RECORDS SHOWN START

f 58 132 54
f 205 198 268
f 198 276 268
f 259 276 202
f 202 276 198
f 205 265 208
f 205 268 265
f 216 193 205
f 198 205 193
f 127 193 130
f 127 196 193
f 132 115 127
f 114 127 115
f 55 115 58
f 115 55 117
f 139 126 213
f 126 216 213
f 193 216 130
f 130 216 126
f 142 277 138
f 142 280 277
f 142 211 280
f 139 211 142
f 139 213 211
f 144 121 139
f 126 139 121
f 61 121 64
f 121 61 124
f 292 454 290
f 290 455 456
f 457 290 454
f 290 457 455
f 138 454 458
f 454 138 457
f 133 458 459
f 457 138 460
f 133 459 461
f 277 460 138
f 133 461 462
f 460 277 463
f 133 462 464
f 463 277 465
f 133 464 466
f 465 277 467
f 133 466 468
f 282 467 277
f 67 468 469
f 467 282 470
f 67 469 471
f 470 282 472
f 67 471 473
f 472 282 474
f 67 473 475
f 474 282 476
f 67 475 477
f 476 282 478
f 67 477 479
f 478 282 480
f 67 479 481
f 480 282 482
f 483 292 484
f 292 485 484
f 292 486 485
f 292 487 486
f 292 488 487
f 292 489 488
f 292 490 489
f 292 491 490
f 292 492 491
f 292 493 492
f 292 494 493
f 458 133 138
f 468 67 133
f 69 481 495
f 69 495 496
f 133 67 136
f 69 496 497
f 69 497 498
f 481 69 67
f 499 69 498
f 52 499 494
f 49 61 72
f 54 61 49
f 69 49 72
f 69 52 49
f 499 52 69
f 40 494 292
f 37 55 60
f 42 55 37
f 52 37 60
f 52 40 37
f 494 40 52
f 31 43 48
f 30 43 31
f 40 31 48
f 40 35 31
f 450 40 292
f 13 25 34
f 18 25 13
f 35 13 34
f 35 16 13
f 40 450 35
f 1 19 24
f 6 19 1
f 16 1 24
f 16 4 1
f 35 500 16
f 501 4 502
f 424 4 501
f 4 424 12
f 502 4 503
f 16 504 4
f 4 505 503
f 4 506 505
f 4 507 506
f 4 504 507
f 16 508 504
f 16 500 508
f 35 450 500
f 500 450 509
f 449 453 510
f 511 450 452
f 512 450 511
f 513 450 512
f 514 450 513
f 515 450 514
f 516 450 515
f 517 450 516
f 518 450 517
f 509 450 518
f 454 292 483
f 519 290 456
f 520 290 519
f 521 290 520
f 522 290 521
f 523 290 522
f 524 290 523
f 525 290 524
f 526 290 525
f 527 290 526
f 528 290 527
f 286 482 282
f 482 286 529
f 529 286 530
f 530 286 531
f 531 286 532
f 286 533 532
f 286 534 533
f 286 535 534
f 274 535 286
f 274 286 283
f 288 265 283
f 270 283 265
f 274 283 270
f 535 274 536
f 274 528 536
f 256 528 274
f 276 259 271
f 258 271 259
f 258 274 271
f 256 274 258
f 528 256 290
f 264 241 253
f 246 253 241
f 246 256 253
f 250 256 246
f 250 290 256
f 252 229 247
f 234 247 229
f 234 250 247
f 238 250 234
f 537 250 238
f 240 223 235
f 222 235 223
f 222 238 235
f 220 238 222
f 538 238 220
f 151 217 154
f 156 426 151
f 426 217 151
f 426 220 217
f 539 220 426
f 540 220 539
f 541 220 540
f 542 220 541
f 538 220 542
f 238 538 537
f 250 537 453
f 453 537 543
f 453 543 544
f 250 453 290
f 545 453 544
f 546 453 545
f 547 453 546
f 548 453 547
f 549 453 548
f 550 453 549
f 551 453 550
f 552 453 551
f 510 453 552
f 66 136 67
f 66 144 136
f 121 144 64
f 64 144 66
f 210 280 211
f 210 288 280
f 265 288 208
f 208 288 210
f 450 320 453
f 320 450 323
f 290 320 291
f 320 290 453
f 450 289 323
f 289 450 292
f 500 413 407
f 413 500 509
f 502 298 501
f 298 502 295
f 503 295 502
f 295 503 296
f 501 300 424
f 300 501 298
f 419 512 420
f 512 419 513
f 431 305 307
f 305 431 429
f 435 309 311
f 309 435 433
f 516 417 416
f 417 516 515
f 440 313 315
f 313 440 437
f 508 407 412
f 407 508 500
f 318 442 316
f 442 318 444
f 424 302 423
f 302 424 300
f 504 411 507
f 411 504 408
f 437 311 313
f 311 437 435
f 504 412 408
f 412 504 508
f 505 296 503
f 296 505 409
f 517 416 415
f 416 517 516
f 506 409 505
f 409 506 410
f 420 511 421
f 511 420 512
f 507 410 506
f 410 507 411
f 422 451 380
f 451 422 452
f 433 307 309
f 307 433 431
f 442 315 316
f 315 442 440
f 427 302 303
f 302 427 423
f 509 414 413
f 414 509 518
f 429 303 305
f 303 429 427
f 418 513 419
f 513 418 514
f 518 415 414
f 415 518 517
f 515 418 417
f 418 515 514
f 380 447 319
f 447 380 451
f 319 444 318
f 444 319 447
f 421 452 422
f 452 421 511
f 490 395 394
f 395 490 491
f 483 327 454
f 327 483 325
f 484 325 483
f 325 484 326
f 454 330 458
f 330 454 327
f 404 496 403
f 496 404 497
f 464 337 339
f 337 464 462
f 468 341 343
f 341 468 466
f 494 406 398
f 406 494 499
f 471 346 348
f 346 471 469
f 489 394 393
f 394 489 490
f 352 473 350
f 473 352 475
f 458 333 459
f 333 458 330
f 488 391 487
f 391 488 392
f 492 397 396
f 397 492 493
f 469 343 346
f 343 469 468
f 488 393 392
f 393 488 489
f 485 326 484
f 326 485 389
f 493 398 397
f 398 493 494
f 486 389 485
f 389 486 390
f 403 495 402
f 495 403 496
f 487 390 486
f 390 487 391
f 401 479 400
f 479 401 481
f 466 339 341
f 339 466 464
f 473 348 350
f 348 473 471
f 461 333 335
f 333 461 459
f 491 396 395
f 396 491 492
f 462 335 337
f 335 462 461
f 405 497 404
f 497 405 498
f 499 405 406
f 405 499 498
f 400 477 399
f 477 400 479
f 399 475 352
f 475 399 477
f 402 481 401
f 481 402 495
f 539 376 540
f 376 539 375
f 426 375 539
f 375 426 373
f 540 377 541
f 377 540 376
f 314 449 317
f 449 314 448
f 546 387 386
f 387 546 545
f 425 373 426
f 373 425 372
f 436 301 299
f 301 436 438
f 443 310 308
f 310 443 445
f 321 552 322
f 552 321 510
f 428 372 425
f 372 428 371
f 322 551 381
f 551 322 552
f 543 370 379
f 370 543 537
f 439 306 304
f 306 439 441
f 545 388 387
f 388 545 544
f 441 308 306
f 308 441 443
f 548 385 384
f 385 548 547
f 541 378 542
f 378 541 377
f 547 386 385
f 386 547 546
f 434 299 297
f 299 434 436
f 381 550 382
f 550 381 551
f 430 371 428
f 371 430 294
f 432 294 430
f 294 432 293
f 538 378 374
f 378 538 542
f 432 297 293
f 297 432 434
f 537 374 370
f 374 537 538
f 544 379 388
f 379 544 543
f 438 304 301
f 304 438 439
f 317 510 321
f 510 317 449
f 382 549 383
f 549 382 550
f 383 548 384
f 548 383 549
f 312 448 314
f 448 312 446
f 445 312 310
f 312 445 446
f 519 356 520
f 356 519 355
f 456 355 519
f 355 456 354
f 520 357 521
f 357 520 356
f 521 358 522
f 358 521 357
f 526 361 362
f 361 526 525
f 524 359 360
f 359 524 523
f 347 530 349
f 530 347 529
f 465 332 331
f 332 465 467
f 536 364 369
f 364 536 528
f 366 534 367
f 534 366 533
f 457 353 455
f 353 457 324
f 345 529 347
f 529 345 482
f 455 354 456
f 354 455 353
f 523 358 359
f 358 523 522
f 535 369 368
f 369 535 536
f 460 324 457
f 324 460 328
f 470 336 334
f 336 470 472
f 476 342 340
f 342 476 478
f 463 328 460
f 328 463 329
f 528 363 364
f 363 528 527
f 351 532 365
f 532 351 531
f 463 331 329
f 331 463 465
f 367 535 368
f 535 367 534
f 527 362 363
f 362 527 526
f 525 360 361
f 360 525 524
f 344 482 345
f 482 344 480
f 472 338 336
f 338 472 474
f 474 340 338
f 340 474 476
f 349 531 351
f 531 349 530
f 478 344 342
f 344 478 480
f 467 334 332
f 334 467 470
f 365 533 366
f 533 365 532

RECORDS SHOWN END

WHAT TO PRODUCE:
Using the entries above, return exactly the lines from the line with "f 324 460 328" to the line with "f 344 482 345", counting both of those lines.

ANSWER SPACE:
f 324 460 328
f 470 336 334
f 336 470 472
f 476 342 340
f 342 476 478
f 463 328 460
f 328 463 329
f 528 363 364
f 363 528 527
f 351 532 365
f 532 351 531
f 463 331 329
f 331 463 465
f 367 535 368
f 535 367 534
f 527 362 363
f 362 527 526
f 525 360 361
f 360 525 524
f 344 482 345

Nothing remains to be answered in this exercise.